By Michael McCarthy, Environment Editor
Thursday, 22 October 2009
A nightmare in the not-very-distant future: the map below shows the enormous temperature rises which British scientists believe the planet may be experiencing in as a little as 50 years from now if global warming remains unchecked.
Released by the Government today, it illustrates a rise in global average temperature of four degrees Centigrade by 2060, and as such represents a dramatic acceleration of previous forecasts made as recently as 2007 by the UN’s Intergovernmental Panel on Climate Change (IPCC).
The point of the map, launched by the Foreign Secretary David Miliband and the Energy and Climate Change Secretary, his brother Ed, is to show that a four-degree average temperature rise over the whole globe (which takes into account the seas as well as the land surface) equates to very much greater rises over the land alone, especially at higher latitudes – as one goes north or south towards the poles. The darker the colour, the higher the heat increase.
Thus, although Britain may see an average rise of three degrees – which itself would have very damaging consequences in terms of drought and extreme heatwaves – Siberia and northern Canada may experience an immense rise of 12 degrees or even more. Scientists believe this may trigger a climate “tipping point” – the melting of the permafrost under the northern tundras which, if it happened, would release large amounts of trapped methane gas, which in turn would boost global warming yet further.
Over the Arctic Ocean in the far north, the rise might be a colossal 15 or even 16 degrees, which would mean the complete disappearance of all the Arctic ice in summer and spell extinction for ice-dependent wildlife such as polar bears and walruses.

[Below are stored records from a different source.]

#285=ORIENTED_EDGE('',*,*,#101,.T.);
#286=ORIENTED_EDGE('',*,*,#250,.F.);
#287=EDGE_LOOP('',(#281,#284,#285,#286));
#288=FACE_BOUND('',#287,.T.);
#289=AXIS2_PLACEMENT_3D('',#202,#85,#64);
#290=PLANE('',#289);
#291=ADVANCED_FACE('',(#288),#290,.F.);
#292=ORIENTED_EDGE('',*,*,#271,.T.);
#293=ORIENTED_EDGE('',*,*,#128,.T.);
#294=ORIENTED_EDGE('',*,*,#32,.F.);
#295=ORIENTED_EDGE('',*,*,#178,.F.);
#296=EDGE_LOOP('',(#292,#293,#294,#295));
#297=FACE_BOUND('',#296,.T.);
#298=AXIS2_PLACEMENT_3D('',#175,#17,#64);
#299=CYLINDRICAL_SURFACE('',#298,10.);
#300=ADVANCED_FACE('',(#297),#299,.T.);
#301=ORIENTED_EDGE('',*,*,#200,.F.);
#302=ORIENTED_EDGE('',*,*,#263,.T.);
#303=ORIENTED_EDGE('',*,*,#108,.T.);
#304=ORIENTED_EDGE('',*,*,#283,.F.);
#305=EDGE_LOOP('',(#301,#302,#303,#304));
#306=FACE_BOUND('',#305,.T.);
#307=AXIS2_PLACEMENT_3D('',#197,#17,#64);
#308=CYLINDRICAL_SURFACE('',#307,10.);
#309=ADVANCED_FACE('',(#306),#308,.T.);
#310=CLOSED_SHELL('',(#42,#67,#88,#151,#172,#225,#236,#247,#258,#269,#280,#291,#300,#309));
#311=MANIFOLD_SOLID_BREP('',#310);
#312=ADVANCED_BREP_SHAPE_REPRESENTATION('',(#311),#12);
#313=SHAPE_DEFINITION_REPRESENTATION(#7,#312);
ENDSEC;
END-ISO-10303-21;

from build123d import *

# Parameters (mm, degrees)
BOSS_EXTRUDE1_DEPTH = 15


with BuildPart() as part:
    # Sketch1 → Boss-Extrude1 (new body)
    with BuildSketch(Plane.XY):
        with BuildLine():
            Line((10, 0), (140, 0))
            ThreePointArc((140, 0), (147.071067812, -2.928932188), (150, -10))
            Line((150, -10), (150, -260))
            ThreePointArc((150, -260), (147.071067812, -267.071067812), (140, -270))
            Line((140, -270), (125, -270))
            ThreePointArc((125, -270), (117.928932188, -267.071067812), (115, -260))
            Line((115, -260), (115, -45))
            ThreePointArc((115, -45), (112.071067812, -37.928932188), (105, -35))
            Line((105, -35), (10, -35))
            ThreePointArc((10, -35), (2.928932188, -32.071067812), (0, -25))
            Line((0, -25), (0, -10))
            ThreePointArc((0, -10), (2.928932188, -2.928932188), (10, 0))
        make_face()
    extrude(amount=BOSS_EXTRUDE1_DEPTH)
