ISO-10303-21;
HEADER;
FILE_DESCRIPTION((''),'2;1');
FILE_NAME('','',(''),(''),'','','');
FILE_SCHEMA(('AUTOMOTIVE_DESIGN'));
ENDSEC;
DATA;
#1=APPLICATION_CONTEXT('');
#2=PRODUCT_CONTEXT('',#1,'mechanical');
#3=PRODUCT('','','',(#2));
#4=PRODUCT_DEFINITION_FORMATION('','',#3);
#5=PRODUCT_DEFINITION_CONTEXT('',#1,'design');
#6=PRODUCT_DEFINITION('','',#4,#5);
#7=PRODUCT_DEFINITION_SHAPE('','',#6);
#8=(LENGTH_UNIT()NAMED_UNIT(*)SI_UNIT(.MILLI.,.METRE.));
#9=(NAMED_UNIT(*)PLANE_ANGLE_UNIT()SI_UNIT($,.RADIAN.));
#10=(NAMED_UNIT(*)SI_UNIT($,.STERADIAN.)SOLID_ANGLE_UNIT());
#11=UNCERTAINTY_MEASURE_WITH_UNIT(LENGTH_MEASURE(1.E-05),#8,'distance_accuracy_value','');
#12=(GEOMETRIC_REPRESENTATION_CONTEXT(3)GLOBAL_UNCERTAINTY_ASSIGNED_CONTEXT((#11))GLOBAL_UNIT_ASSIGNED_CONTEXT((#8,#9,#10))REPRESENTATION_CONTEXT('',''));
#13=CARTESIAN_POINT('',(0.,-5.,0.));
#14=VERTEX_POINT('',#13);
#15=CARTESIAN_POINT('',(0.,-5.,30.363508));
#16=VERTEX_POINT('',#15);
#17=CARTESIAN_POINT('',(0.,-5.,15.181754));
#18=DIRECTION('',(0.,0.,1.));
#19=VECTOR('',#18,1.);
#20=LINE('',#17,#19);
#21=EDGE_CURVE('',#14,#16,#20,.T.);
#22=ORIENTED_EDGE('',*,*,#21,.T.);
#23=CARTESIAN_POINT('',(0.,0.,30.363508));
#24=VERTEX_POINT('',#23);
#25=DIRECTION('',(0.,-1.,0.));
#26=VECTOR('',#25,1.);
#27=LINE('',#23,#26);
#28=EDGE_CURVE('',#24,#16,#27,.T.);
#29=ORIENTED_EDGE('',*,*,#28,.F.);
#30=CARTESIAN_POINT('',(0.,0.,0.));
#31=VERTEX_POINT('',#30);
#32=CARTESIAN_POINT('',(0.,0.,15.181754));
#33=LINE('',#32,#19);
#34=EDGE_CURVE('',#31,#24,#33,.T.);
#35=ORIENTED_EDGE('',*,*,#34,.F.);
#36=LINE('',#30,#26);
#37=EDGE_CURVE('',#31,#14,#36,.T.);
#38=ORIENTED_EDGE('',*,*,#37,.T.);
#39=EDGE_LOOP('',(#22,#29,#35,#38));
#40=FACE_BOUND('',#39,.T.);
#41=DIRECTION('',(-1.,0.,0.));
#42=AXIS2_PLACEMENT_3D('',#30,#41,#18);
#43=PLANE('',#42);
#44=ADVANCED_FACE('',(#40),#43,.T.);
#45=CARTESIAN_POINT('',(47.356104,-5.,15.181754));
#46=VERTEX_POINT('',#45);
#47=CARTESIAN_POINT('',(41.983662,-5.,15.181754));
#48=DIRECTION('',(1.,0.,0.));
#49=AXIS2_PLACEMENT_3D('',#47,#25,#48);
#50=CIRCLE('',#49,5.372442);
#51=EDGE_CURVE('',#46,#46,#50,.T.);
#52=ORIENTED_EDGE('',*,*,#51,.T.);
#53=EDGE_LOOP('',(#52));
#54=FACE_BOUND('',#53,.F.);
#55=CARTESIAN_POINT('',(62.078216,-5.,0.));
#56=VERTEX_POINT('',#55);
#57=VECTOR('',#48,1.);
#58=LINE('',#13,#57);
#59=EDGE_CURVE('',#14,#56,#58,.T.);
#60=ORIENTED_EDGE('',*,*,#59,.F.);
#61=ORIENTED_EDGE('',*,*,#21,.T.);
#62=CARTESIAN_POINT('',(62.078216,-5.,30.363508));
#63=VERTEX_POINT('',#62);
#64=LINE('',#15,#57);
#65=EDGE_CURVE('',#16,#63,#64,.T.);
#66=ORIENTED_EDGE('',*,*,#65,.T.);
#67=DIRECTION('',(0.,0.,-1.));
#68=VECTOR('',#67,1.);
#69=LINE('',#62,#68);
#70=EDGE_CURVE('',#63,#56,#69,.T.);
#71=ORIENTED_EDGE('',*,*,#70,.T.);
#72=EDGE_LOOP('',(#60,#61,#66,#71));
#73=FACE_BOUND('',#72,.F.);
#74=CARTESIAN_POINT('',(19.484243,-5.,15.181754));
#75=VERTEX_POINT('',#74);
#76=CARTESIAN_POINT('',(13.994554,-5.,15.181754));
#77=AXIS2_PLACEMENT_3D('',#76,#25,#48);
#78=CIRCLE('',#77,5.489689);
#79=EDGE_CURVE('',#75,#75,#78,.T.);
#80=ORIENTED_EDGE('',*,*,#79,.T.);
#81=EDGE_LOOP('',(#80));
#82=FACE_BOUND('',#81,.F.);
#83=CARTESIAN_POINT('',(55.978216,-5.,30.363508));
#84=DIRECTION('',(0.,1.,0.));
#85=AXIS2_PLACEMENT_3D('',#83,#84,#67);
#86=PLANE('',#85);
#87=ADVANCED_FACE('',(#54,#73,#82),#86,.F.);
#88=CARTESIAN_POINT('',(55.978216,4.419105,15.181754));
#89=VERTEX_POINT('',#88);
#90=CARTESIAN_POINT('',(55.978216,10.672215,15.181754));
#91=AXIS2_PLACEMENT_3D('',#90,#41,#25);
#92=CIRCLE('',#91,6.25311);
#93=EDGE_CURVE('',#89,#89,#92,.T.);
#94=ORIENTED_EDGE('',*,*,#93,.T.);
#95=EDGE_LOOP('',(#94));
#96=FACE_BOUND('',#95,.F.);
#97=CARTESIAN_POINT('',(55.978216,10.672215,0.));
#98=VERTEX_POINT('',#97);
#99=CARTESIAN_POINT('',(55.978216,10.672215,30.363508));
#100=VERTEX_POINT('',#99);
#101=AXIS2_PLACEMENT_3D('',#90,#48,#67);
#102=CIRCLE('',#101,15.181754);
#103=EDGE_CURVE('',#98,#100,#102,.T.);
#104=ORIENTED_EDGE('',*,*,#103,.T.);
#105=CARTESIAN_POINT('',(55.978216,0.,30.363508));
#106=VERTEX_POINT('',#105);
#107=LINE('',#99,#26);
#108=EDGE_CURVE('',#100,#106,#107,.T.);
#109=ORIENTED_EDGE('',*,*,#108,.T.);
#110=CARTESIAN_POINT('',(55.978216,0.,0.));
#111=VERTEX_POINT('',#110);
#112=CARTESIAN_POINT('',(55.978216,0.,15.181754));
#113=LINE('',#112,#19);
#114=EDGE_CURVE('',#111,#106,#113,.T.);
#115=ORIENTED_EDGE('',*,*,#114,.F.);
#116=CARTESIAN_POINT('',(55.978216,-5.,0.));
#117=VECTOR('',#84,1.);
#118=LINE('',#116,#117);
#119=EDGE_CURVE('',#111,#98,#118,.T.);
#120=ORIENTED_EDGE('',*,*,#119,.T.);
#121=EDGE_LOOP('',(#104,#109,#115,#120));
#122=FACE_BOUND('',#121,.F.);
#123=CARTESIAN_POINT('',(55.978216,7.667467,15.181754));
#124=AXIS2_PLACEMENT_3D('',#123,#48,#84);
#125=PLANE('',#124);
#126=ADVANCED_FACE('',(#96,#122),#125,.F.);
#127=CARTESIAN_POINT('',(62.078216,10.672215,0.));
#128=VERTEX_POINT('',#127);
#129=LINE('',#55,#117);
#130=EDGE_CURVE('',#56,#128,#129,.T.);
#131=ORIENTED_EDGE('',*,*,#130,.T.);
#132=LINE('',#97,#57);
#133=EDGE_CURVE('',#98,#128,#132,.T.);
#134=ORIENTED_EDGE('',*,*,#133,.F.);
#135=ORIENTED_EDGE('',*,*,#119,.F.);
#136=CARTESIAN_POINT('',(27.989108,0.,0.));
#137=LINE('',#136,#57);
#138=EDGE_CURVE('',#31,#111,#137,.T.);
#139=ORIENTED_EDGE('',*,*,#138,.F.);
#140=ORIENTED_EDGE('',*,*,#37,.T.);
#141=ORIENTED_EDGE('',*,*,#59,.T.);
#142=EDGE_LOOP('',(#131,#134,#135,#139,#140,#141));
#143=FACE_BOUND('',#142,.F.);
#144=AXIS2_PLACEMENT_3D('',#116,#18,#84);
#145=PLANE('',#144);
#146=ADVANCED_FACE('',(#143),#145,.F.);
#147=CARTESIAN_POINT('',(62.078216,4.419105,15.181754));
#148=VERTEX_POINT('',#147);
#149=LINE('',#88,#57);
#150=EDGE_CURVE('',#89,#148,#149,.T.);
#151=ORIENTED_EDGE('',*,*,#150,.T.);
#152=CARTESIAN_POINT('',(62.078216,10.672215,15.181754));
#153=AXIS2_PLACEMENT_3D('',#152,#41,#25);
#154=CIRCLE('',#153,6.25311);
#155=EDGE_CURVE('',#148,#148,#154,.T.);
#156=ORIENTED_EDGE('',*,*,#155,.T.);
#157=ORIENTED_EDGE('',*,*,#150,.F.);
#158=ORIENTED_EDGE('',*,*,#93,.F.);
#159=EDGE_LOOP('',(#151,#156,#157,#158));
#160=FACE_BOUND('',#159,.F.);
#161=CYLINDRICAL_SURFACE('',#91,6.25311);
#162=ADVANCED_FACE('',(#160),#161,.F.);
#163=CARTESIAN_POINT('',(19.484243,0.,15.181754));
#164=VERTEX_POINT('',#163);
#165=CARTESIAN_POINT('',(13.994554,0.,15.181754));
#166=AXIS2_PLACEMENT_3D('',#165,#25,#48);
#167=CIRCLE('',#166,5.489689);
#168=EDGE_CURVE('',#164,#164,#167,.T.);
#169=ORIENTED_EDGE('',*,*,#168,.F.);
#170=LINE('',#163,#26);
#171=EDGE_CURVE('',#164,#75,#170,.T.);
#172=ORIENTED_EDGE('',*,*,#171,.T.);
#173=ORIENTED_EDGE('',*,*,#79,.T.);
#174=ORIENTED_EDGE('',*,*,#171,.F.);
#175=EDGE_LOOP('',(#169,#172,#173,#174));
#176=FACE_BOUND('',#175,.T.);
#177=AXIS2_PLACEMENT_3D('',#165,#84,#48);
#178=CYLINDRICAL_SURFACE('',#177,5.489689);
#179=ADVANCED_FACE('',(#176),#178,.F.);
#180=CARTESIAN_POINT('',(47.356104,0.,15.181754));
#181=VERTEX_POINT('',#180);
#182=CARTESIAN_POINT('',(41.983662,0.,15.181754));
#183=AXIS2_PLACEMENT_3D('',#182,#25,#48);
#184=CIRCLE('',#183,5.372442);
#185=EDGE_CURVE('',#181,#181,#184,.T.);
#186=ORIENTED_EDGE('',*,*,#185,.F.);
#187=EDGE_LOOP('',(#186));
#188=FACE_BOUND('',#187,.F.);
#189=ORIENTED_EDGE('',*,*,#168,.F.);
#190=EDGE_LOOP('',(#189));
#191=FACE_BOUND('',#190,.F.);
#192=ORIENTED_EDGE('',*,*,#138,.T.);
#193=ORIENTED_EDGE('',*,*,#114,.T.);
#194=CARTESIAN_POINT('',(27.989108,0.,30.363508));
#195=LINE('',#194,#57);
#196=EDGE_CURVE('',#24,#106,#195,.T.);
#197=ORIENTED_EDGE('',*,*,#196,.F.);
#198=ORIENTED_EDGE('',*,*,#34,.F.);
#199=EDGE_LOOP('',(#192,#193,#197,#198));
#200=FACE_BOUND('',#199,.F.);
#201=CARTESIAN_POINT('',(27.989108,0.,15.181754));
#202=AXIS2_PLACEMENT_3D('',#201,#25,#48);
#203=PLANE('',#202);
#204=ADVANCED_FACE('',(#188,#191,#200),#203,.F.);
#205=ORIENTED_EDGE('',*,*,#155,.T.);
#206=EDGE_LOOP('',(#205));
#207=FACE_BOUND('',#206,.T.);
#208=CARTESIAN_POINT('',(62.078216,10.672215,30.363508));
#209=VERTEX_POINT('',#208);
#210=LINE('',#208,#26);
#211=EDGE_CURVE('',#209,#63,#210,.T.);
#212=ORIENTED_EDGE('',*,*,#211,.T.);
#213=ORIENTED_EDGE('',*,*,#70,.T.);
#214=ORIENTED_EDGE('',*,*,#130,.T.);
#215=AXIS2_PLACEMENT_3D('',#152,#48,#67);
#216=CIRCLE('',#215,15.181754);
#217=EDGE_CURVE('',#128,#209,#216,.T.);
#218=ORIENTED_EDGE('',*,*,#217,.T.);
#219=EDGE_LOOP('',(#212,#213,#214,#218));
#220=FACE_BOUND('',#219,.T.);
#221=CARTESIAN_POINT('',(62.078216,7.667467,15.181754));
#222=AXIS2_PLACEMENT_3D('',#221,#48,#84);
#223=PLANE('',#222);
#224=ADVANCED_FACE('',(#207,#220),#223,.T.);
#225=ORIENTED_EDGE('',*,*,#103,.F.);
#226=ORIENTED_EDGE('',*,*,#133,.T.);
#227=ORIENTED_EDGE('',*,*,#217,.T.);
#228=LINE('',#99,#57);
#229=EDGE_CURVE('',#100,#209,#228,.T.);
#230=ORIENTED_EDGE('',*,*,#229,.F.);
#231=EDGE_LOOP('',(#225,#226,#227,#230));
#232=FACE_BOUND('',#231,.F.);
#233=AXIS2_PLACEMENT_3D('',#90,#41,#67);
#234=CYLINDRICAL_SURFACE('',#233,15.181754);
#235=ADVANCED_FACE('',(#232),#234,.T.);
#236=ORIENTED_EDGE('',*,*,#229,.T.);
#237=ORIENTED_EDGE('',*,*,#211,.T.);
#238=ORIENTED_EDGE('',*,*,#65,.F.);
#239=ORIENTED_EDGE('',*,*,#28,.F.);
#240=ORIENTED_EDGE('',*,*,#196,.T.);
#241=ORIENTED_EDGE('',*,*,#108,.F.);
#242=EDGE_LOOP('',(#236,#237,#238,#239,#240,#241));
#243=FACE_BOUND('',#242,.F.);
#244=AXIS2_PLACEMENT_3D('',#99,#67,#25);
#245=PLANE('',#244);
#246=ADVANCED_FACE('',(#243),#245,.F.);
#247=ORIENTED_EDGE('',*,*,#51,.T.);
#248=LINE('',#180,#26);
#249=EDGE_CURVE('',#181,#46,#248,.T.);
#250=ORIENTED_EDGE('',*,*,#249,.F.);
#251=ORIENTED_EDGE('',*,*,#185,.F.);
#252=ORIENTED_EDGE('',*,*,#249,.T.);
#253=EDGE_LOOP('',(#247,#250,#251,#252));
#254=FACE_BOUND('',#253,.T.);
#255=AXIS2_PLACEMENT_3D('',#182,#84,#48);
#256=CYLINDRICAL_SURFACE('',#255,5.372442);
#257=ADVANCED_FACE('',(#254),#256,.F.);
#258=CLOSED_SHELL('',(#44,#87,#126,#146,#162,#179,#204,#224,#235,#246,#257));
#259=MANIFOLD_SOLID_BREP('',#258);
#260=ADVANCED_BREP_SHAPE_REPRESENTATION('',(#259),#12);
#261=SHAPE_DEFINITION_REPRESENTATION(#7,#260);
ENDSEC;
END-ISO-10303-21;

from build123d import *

# Parameters (mm, degrees)
F0_W     = 55.978216
F0_H     = 30.363508
F0_R     = 5.489689
F0_R_2   = 5.372442
F1_DEPTH = 5
F3_DEPTH = 6.1
F4_R     = 6.25311
F5_DEPTH = 25


with BuildPart() as f1:
    # F0 (on Front) → F1 (new body)
    with BuildSketch(Plane.XZ):
        with Locations((27.989108, 15.181754)):
            Rectangle(F0_W, F0_H)
        with Locations((13.994554, 15.181754)):
            Circle(F0_R, mode=Mode.SUBTRACT)
        with Locations((41.983662, 15.181754)):
            Circle(F0_R_2, mode=Mode.SUBTRACT)
    extrude(amount=F1_DEPTH)

    # F2 (on face) → F3 (join)
    with BuildSketch(Plane.YZ.offset(55.978216)):
        with BuildLine():
            Line((10.672215, 30.363508), (0, 30.363508))
            Line((0, 30.363508), (-5, 30.363508))
            Line((-5, 30.363508), (-5, 0))
            Line((-5, 0), (0, 0))
            Line((0, 0), (10.672215, 0))
            ThreePointArc((10.672215, 0), (25.853969, 15.181754), (10.672215, 30.363508))
        make_face()
    extrude(amount=F3_DEPTH)

    # F4 (on face) → F5 (cut)
    with BuildSketch(Plane(origin=(55.978216, 0, 0), x_dir=(0, -1, 0), z_dir=(-1, 0, 0))):
        with Locations((-10.672215, 15.181754)):
            Circle(F4_R)
    extrude(amount=-F5_DEPTH, mode=Mode.SUBTRACT)


solid = f1.part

But wildlife is the least of it. The map shows rises of five degrees in Asia, seven degrees in Africa and parts of the US and eight degrees in the Amazon rainforest, all of which will have devastating consequences for some of the world’s poorest people. Rises like this are likely to lead to maize and wheat yields falling by 40 per cent across the world, and rice yields in China, India, Banglasdesh and Indonesia falling by 30 per cent – all at a time when world population is expected to grow from 6.9 billion today to more than 9 billion people.
Water resources are likely to be severely affected by a 70 per cent reduction in run-off around the Mediterranean, southern Africa and large areas of South America, forest fires are likely to be much more dangerous everywhere and warming-induced sea-level rise will affect millions more people in low-lying nations such as Bangladesh.
The IPCC’s latest forecast, issued in 2007, suggested an average rise of 1.8 to four degrees by 2100, but recently Hadley Centre scientists have revised both the extent and the timescale, suggesting that if global warming remains unchecked, a four-degree rise is now possible as early as 2060 – very much in the lifetime of people born today. This is because emissions of carbon dioxide are rising around the world far faster than was anticipated even a few years ago.
In essence, the map represents what researchers now think likely to happen if emissions are not controlled by the world community, which is meeting at Copenhagen in December to try to construct a new global climate treaty.
Speaking at the Science Museum, where the map was launched, the Foreign Secretary warned of a “high pressure” future of water and food shortages, mass migration and conflict if the world failed to tackle the problem. “The reason for publishing this map is that for many people, not only in our own country but around the world, the penny hasn’t yet dropped that this climate change challenge is real, it's happening now,” David Miliband said. The effects were not in “some far flung future” but 4C rises could happen in his children’s lifetime, he said, adding: “And the penny hasn’t dropped that Copenhagen is the chance to address the challenge – on a global scale.”